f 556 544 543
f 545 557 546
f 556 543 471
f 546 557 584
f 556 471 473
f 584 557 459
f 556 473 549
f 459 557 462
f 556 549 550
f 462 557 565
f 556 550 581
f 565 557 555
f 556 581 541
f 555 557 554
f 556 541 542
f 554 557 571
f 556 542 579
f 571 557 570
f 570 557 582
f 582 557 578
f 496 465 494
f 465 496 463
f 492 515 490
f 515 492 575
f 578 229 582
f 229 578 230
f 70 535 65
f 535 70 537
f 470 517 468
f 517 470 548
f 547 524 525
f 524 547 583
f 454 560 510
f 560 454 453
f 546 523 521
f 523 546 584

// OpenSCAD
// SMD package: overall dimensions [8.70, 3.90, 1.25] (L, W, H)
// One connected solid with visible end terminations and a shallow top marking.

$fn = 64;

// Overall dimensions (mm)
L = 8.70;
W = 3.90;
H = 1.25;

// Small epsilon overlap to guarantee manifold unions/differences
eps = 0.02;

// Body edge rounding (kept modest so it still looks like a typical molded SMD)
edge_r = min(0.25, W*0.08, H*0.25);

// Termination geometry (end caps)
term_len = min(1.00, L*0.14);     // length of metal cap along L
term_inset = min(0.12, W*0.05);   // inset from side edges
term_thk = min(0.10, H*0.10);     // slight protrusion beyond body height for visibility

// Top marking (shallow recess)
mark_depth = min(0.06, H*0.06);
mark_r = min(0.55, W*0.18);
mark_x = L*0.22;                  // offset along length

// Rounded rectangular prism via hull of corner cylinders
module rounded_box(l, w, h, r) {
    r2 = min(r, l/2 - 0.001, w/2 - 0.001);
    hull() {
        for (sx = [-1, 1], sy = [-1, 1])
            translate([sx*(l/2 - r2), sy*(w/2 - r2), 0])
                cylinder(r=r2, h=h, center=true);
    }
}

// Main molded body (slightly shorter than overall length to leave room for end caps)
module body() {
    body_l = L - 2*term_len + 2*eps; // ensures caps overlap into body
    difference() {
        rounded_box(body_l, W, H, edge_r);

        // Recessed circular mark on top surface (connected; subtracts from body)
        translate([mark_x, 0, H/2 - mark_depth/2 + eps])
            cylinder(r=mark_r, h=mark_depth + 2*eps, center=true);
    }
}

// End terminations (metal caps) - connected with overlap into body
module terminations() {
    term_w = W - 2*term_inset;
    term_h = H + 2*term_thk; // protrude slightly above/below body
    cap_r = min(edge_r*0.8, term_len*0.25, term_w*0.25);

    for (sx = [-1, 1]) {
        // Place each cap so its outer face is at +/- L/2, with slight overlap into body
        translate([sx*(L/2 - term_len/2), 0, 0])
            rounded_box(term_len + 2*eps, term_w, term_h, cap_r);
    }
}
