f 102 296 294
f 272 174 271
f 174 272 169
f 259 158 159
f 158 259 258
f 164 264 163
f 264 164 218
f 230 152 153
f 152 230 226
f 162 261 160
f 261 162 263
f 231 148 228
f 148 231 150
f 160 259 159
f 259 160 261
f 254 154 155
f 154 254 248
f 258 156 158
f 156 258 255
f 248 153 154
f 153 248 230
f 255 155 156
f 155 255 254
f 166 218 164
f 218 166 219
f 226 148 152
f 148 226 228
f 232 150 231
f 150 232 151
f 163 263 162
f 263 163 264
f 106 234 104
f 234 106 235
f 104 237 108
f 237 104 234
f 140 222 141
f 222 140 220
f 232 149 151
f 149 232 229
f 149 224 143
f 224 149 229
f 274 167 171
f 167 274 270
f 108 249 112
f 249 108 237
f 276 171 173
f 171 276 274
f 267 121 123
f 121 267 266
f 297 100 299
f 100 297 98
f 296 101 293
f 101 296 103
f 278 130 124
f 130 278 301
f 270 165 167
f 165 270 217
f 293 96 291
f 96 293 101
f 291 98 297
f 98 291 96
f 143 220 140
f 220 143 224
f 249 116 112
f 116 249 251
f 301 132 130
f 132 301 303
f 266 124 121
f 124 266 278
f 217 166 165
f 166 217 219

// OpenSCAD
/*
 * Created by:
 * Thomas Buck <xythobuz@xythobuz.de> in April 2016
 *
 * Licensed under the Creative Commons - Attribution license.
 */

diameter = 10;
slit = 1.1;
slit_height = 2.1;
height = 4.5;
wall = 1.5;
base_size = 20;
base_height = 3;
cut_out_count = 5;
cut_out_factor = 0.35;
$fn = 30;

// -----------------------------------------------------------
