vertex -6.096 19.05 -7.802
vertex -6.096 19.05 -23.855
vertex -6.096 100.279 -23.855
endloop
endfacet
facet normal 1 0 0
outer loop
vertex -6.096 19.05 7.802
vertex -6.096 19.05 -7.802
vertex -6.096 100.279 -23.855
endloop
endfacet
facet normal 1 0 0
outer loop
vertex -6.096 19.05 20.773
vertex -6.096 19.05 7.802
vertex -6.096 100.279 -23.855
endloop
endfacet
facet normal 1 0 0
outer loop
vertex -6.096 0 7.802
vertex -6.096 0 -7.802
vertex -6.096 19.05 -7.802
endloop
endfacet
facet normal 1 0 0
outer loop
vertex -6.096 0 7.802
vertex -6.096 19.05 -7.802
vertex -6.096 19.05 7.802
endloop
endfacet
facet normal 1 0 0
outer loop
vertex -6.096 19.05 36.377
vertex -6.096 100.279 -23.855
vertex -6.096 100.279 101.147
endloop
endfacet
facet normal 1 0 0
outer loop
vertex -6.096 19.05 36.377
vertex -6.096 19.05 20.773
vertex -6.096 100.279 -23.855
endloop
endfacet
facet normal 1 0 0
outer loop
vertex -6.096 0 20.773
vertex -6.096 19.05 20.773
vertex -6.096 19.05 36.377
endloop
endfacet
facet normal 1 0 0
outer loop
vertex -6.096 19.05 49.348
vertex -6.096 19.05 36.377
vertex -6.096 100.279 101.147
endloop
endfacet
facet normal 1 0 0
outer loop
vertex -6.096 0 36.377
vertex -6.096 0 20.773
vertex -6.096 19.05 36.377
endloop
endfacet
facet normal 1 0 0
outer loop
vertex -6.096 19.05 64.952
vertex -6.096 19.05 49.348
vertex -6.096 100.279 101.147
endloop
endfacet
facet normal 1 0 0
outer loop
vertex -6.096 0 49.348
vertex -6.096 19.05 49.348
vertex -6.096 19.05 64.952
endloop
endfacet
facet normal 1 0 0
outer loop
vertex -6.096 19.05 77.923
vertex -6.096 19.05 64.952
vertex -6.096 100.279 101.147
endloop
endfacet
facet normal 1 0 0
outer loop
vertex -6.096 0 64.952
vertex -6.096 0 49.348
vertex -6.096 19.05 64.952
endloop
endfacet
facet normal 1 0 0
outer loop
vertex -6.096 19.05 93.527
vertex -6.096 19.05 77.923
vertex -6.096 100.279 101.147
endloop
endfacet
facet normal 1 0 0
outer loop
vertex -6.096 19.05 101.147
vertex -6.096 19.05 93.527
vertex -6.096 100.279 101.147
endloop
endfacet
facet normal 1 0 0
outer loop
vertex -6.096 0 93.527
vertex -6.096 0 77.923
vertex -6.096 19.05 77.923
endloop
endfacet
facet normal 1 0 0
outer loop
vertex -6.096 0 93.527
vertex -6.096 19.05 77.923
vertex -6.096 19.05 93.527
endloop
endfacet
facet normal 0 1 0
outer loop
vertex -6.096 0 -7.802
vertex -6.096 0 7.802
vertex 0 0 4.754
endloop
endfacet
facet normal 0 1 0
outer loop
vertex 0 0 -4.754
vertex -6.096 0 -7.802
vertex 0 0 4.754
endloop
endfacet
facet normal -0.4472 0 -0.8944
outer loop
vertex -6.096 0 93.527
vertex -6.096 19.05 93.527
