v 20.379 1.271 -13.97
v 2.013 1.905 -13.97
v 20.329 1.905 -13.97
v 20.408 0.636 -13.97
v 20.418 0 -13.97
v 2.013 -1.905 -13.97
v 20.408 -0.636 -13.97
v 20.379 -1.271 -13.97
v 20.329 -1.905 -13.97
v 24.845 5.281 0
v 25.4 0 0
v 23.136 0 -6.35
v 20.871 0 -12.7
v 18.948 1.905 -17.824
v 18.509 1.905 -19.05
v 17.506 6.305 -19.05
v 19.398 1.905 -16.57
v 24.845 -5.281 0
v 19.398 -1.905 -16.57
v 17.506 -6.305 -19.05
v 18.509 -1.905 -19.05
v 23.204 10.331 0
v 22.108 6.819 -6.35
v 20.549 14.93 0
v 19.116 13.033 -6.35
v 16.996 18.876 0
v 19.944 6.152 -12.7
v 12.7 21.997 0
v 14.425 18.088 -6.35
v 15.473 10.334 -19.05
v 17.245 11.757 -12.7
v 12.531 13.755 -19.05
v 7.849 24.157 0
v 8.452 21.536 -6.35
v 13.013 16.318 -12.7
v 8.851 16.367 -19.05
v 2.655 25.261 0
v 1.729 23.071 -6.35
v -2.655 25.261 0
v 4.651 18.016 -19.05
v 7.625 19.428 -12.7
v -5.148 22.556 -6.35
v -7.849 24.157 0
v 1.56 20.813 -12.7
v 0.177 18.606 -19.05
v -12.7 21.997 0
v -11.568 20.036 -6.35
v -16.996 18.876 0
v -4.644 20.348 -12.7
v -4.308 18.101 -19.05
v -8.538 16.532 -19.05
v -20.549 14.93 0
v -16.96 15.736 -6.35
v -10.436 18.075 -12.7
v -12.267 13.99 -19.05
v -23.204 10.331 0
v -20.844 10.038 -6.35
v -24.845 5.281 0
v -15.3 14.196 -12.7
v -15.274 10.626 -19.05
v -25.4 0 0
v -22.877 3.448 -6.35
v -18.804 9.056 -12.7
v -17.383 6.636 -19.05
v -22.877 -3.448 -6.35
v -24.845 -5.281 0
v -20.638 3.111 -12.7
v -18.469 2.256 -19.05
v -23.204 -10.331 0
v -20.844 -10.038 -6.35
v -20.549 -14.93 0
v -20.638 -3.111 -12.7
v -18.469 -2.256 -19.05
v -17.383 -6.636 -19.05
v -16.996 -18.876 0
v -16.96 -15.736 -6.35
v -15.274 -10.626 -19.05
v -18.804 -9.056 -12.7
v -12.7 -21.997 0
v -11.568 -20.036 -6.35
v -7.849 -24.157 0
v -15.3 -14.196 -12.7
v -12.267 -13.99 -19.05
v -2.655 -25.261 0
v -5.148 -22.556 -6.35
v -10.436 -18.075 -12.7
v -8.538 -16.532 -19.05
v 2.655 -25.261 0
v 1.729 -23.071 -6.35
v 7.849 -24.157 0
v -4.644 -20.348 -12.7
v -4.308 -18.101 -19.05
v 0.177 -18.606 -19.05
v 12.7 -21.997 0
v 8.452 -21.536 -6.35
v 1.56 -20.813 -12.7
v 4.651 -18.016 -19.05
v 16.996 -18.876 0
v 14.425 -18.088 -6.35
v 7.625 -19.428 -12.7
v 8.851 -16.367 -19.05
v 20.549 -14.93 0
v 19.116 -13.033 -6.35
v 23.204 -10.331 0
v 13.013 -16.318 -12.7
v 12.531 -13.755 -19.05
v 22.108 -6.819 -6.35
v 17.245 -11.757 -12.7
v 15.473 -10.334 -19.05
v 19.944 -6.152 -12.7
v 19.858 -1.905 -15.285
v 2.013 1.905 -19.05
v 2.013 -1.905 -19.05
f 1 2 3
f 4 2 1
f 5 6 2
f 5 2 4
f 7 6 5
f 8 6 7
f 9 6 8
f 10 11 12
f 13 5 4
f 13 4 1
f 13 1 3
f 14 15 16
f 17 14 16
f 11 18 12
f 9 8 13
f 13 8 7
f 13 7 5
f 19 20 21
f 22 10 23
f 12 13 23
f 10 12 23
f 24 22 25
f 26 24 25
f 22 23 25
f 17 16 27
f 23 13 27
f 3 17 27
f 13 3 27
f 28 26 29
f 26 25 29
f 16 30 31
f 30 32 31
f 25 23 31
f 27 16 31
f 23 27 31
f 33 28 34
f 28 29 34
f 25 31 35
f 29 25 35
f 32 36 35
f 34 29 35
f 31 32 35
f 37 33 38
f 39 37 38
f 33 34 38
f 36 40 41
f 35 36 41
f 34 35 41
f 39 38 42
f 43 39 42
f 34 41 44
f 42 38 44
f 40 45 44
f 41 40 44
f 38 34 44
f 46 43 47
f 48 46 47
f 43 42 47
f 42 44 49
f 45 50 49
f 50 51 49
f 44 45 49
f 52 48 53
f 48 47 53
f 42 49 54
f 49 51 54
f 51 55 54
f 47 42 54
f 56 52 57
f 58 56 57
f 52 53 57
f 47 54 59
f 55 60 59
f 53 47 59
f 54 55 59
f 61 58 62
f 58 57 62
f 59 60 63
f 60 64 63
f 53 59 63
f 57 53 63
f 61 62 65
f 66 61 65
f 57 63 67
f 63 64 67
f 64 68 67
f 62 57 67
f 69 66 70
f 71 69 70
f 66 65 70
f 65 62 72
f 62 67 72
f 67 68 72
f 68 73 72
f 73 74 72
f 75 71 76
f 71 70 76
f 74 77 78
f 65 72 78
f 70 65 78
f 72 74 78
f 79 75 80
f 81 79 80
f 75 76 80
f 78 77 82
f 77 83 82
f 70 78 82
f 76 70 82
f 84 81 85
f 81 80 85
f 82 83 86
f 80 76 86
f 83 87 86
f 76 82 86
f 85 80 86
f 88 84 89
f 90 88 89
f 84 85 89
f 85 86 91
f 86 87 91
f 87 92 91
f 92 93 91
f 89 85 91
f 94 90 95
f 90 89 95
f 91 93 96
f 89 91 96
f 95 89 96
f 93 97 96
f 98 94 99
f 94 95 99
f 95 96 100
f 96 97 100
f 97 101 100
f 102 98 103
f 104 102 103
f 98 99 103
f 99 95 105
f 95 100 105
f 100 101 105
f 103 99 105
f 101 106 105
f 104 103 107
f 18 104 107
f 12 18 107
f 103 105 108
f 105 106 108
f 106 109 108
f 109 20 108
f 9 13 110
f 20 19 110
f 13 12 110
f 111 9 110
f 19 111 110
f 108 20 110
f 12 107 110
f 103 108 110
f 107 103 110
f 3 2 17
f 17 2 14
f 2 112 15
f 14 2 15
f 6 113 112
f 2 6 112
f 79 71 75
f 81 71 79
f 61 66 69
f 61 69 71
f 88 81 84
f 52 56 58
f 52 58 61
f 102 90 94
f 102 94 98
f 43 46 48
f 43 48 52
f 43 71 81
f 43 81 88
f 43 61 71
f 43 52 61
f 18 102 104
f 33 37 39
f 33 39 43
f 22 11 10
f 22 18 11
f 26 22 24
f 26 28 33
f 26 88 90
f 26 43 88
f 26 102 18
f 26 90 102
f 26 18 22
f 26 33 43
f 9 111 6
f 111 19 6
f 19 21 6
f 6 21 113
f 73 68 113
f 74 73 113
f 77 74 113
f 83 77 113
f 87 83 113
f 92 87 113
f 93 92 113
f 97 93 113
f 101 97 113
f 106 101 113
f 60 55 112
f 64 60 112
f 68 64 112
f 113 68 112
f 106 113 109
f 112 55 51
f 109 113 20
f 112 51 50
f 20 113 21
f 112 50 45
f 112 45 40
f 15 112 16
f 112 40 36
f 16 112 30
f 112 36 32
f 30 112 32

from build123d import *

# Parameters (mm, degrees)
F0_R     = 25.4
F3_R     = 18.6067290317
F8_DEPTH = 5.08
F9_DEPTH = 5.08


# Not quite as in the source:
# - a feature of the source that left no trace in its solid (it failed there, or was rolled back) is left out


with BuildPart() as f4:
    # F0 (on Top) → F4 section 0
    with BuildSketch(Plane.XY):
        Circle(F0_R)
    # F3 (on plane+point) → F4 section 1
    with BuildSketch(Plane.XY.offset(-19.05)):
        Circle(F3_R)
    loft()

    # F5 (on face) → F8 (cut)
    with BuildSketch(Plane(origin=(0, 0, -19.05), x_dir=(1, 0, 0), z_dir=(0, 0, -1))):
        with BuildLine():
            Line((18.5089529757, 1.905), (2.0125971848, 1.905))
            Line((2.0125971848, 1.905), (2.0125971848, 0))
            Line((2.0125971848, 0), (2.0125971848, -1.905))
            Line((2.0125971848, -1.905), (18.5089529757, -1.905))
            ThreePointArc((18.5089529757, -1.905), (18.5822689403, -0.9537537886), (18.6067290317, 0))
            ThreePointArc((18.6067290317, 0), (18.5822689403, 0.9537537886), (18.5089529757, 1.905))
        make_face()
    extrude(amount=-F8_DEPTH, mode=Mode.SUBTRACT)

    # F5 (on face) → F9 (cut)
    with BuildSketch(Plane(origin=(0, 0, -19.05), x_dir=(1, 0, 0), z_dir=(0, 0, -1))):
        with BuildLine():
            Line((26.4462942035, 1.905), (18.5089529757, 1.905))
            ThreePointArc((18.5089529757, 1.905), (18.5822689403, 0.9537537886), (18.6067290317, 0))
            ThreePointArc((18.6067290317, 0), (18.5822689403, -0.9537537886), (18.5089529757, -1.905))
            Line((18.5089529757, -1.905), (26.4462942035, -1.905))
            Line((26.4462942035, -1.905), (26.4462942035, 1.905))
        make_face()
    extrude(amount=-F9_DEPTH, mode=Mode.SUBTRACT)


solid = f4.part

■ ■ ■ ■

§ Work to be completed
Within the records, in how many lines does the string "caps" occur? Give the number and no other text.

§ Final answer
4